_AIM OF THE EXERCISE_
For the data below, restate word for word only the lines from the line containing "v -21.738 116.066 20" through the line containing "v 29.311 119.725 20", both ends included.

Dataset entries
===

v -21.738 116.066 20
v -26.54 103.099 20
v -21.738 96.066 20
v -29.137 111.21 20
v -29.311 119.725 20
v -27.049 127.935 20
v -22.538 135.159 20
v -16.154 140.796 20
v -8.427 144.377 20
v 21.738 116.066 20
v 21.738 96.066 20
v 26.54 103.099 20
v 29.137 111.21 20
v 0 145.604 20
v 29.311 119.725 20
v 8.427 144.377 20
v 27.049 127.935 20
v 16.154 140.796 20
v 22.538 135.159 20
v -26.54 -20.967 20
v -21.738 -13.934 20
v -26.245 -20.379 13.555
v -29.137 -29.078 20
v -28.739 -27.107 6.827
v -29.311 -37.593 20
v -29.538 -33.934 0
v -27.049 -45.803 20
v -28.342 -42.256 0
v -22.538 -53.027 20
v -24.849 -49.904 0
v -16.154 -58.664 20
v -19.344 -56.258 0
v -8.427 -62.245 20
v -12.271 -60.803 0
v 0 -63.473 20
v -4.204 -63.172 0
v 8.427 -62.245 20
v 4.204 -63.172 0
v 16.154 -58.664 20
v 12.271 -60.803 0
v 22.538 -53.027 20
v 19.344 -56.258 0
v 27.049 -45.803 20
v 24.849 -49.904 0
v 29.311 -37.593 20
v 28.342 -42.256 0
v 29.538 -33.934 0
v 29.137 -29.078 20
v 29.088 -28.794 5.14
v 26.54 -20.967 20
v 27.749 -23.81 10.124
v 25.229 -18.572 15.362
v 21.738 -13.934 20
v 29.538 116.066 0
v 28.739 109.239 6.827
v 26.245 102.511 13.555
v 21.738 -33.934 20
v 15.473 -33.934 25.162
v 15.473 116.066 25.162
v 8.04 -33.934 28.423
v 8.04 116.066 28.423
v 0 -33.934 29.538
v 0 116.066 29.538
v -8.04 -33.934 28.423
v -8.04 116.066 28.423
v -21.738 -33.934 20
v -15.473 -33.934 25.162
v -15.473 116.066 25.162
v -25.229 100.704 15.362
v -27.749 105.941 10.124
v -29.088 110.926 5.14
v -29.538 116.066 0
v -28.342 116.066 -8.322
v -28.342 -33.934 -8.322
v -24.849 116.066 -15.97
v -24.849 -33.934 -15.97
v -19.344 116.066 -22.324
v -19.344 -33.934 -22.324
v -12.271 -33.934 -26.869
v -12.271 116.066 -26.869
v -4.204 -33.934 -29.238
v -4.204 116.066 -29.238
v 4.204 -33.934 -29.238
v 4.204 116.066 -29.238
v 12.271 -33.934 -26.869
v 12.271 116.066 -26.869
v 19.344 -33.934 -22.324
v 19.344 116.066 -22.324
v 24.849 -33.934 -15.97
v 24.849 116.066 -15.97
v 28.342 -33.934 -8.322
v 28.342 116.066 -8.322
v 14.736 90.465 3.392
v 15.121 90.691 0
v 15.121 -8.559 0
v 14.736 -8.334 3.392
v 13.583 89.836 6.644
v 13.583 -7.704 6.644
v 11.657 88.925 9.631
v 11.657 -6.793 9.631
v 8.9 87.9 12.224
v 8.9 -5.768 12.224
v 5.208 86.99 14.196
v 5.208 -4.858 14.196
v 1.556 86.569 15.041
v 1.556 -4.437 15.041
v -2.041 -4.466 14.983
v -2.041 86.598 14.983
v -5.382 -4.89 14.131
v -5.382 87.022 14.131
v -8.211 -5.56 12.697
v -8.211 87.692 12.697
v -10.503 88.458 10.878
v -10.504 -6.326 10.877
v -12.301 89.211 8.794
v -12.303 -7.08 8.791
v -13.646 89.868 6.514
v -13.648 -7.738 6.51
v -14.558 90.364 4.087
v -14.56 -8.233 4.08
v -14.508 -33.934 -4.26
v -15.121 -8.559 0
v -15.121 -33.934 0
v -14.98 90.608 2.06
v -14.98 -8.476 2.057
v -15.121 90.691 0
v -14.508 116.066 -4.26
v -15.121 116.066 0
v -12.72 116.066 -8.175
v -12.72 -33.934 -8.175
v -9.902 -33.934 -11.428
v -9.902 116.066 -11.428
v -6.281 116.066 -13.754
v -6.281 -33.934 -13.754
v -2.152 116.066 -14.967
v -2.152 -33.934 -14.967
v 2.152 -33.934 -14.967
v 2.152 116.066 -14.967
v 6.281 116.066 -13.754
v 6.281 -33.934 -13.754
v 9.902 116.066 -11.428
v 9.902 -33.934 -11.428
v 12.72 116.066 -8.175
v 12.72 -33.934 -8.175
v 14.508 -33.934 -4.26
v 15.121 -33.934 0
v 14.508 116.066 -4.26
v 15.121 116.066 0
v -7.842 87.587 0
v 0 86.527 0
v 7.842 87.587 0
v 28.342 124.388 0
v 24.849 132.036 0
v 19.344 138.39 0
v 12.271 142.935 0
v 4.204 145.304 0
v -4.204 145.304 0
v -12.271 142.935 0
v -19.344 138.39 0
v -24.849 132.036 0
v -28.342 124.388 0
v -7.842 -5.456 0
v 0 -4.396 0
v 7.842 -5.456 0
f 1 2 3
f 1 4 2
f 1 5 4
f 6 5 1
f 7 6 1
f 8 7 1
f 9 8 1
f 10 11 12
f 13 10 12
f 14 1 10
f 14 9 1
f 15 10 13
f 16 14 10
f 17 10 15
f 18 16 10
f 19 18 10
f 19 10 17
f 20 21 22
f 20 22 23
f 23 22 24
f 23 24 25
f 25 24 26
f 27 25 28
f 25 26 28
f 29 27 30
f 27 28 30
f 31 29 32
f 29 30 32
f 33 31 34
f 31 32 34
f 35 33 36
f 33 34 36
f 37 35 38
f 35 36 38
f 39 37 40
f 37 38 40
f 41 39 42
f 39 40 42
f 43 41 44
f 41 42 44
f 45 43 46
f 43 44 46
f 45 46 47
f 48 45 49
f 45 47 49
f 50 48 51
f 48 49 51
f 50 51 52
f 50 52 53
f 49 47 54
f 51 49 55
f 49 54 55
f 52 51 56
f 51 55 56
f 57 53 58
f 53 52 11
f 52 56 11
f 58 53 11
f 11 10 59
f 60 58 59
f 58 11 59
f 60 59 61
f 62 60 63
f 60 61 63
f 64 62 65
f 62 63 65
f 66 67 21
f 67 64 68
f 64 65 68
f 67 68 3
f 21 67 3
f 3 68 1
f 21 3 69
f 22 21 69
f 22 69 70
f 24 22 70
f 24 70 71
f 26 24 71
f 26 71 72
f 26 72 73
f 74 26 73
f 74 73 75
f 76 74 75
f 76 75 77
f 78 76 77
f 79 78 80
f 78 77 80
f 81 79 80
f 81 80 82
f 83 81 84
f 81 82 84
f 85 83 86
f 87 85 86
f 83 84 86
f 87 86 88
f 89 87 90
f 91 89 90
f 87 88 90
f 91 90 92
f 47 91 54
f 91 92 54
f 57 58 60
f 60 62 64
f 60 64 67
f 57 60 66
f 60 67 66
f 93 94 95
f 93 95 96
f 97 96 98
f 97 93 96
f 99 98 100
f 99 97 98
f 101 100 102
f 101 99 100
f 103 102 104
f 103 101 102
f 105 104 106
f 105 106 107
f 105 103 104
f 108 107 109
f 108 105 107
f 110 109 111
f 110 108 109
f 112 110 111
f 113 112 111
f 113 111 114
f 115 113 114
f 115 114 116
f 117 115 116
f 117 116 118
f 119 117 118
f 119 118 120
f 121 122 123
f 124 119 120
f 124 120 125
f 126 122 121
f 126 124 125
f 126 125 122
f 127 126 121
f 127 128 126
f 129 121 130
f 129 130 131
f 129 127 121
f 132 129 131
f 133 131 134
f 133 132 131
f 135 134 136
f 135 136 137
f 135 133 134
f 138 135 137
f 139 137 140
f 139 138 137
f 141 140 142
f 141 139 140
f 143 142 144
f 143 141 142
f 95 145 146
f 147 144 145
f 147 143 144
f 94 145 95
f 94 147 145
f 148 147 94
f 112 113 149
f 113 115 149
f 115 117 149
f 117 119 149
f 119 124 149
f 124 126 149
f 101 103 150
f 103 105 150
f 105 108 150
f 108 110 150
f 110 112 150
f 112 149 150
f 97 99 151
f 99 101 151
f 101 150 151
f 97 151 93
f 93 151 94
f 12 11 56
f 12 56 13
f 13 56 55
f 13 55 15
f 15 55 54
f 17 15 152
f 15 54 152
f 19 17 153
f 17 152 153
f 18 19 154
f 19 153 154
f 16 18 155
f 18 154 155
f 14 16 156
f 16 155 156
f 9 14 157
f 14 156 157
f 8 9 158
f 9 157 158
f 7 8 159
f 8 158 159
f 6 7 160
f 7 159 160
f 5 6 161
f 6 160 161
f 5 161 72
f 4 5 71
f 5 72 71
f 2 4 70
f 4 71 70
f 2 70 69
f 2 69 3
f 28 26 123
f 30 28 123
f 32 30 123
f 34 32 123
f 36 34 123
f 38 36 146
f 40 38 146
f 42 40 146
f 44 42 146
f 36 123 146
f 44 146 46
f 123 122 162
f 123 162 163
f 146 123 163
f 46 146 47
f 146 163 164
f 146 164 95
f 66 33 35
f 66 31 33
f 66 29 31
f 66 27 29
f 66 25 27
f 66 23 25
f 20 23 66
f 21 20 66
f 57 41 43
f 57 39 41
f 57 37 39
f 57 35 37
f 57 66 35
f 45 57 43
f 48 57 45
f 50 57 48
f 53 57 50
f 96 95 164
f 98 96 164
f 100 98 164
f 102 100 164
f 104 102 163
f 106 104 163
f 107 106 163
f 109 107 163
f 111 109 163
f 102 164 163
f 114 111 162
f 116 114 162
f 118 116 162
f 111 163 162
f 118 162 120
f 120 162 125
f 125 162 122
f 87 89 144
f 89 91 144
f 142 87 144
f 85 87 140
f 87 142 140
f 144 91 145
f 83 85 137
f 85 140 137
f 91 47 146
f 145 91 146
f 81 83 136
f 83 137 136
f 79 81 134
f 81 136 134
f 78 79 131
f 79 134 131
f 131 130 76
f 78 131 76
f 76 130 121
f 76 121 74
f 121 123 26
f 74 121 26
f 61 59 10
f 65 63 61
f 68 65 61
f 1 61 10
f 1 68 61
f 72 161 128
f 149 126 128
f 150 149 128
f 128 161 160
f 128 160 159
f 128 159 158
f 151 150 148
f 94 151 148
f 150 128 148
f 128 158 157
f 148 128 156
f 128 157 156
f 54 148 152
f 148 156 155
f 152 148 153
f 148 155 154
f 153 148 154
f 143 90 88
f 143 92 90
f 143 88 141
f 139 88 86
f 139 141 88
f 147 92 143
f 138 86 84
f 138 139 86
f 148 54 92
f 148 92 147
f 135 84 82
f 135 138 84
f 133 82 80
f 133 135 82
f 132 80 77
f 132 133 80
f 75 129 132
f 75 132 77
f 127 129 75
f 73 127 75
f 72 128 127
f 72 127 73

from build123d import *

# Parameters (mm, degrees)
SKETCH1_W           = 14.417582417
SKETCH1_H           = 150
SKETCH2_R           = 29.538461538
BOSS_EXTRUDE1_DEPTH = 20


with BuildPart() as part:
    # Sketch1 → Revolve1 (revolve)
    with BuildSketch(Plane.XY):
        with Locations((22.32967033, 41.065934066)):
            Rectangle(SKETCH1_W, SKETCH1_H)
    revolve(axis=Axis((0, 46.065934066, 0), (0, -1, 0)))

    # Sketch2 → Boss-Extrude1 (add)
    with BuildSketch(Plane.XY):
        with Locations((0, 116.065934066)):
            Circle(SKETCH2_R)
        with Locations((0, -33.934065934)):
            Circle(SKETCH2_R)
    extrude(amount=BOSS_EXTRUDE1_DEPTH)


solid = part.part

===

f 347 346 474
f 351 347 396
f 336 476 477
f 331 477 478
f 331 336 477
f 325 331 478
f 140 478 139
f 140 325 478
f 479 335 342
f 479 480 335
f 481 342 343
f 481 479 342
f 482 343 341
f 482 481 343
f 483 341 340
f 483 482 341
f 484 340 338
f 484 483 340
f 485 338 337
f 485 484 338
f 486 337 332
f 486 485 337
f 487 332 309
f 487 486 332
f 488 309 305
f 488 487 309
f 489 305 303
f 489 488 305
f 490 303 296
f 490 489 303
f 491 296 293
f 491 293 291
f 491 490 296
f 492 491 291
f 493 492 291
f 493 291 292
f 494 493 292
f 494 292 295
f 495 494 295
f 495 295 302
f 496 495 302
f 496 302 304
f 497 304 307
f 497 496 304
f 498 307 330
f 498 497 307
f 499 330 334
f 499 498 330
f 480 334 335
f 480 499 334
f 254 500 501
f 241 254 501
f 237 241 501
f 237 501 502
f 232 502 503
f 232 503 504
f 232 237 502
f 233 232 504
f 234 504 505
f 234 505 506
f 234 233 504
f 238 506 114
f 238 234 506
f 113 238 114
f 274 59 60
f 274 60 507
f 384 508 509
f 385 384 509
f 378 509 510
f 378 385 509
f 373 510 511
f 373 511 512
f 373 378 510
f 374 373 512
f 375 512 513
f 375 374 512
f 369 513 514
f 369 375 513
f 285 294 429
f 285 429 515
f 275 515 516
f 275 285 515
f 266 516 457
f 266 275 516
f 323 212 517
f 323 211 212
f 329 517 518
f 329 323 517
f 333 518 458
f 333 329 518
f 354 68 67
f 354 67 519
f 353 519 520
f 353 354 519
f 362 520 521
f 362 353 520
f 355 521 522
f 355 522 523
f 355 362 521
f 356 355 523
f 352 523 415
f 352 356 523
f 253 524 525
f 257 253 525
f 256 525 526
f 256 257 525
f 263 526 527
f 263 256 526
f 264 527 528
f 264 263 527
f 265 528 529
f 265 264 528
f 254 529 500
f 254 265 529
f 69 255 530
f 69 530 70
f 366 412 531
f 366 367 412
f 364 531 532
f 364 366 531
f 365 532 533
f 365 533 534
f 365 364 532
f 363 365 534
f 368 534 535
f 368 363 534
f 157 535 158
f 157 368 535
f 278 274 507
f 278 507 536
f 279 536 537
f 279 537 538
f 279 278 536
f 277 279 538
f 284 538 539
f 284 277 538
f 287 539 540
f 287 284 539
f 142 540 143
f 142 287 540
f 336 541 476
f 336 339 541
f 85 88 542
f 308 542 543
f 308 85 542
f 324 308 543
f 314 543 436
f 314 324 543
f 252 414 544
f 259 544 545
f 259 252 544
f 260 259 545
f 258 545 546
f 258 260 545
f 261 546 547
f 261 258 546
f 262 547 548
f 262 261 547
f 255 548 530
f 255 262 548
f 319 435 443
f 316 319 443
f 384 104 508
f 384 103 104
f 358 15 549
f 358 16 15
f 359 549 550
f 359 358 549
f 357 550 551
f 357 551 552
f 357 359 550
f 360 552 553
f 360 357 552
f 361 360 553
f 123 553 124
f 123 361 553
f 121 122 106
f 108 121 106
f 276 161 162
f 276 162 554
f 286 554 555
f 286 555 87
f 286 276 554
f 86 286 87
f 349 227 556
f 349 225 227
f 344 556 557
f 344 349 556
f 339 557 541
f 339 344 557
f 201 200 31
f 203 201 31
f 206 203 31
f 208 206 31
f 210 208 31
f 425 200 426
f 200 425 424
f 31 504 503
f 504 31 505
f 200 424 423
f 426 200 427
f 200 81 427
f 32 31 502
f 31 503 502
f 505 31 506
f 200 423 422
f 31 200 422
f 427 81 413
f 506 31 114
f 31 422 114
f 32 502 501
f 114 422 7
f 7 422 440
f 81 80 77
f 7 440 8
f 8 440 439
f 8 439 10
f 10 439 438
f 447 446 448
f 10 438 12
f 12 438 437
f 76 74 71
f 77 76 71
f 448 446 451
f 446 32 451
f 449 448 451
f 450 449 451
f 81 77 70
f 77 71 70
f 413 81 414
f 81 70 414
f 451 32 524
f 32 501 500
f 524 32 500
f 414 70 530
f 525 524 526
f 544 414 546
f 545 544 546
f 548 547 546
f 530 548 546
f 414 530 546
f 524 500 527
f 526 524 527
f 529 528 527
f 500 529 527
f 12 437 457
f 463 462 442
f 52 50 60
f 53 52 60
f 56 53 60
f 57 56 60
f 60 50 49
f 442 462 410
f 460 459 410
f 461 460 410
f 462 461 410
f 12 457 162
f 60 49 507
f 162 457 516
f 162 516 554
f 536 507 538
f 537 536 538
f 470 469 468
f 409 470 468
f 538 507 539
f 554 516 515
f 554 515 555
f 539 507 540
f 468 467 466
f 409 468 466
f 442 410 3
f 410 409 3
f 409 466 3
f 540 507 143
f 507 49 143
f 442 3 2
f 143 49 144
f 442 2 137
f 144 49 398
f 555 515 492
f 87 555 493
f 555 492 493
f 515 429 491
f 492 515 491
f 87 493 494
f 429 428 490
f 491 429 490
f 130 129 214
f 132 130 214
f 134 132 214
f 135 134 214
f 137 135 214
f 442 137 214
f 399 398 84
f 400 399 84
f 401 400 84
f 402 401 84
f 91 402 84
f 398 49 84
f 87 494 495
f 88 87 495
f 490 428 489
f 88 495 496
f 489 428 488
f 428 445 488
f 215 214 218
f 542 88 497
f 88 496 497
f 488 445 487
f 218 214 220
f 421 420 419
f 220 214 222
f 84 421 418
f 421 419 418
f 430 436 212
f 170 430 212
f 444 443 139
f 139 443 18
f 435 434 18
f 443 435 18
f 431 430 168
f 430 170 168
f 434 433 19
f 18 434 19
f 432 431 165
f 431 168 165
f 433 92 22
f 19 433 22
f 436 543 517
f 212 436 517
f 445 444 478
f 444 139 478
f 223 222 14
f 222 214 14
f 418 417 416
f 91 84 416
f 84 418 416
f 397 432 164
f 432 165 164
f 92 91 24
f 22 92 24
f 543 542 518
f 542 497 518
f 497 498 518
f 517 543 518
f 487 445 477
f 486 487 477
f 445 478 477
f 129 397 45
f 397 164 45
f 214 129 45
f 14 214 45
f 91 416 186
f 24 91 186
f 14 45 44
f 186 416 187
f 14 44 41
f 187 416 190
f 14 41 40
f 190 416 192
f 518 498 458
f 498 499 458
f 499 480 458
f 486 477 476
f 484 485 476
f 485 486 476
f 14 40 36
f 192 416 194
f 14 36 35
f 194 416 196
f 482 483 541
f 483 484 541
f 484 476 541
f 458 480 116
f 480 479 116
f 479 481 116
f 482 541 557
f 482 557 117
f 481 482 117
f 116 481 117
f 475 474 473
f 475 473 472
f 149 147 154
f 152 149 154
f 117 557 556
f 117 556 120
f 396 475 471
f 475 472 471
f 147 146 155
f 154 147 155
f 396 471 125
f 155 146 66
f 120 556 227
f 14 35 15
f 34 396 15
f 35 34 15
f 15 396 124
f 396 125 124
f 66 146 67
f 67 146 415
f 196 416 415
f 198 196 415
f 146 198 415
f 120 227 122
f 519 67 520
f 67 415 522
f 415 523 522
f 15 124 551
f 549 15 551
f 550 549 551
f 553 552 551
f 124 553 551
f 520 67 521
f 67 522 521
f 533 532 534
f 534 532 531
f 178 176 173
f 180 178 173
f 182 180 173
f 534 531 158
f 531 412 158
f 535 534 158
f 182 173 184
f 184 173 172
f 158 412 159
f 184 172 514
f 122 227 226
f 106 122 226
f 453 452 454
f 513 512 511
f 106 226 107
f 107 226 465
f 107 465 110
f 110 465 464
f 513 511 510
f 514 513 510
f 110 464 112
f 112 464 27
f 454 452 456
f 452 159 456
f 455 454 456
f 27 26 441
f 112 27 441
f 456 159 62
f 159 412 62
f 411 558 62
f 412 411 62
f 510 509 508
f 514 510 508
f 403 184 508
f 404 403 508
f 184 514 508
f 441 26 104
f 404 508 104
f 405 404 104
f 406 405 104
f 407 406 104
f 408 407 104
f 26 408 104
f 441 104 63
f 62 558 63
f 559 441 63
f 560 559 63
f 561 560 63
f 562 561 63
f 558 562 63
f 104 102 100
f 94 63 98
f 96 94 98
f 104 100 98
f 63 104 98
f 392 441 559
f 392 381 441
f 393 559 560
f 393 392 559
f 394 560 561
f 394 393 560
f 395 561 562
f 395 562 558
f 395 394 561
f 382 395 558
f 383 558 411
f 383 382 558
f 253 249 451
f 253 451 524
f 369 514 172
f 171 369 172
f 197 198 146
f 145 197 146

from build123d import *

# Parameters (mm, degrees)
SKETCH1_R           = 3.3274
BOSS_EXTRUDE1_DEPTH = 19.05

===

_RESULT OF THIS EXERCISE_
v -21.738 116.066 20
v -26.54 103.099 20
v -21.738 96.066 20
v -29.137 111.21 20
v -29.311 119.725 20
v -27.049 127.935 20
v -22.538 135.159 20
v -16.154 140.796 20
v -8.427 144.377 20
v 21.738 116.066 20
v 21.738 96.066 20
v 26.54 103.099 20
v 29.137 111.21 20
v 0 145.604 20
v 29.311 119.725 20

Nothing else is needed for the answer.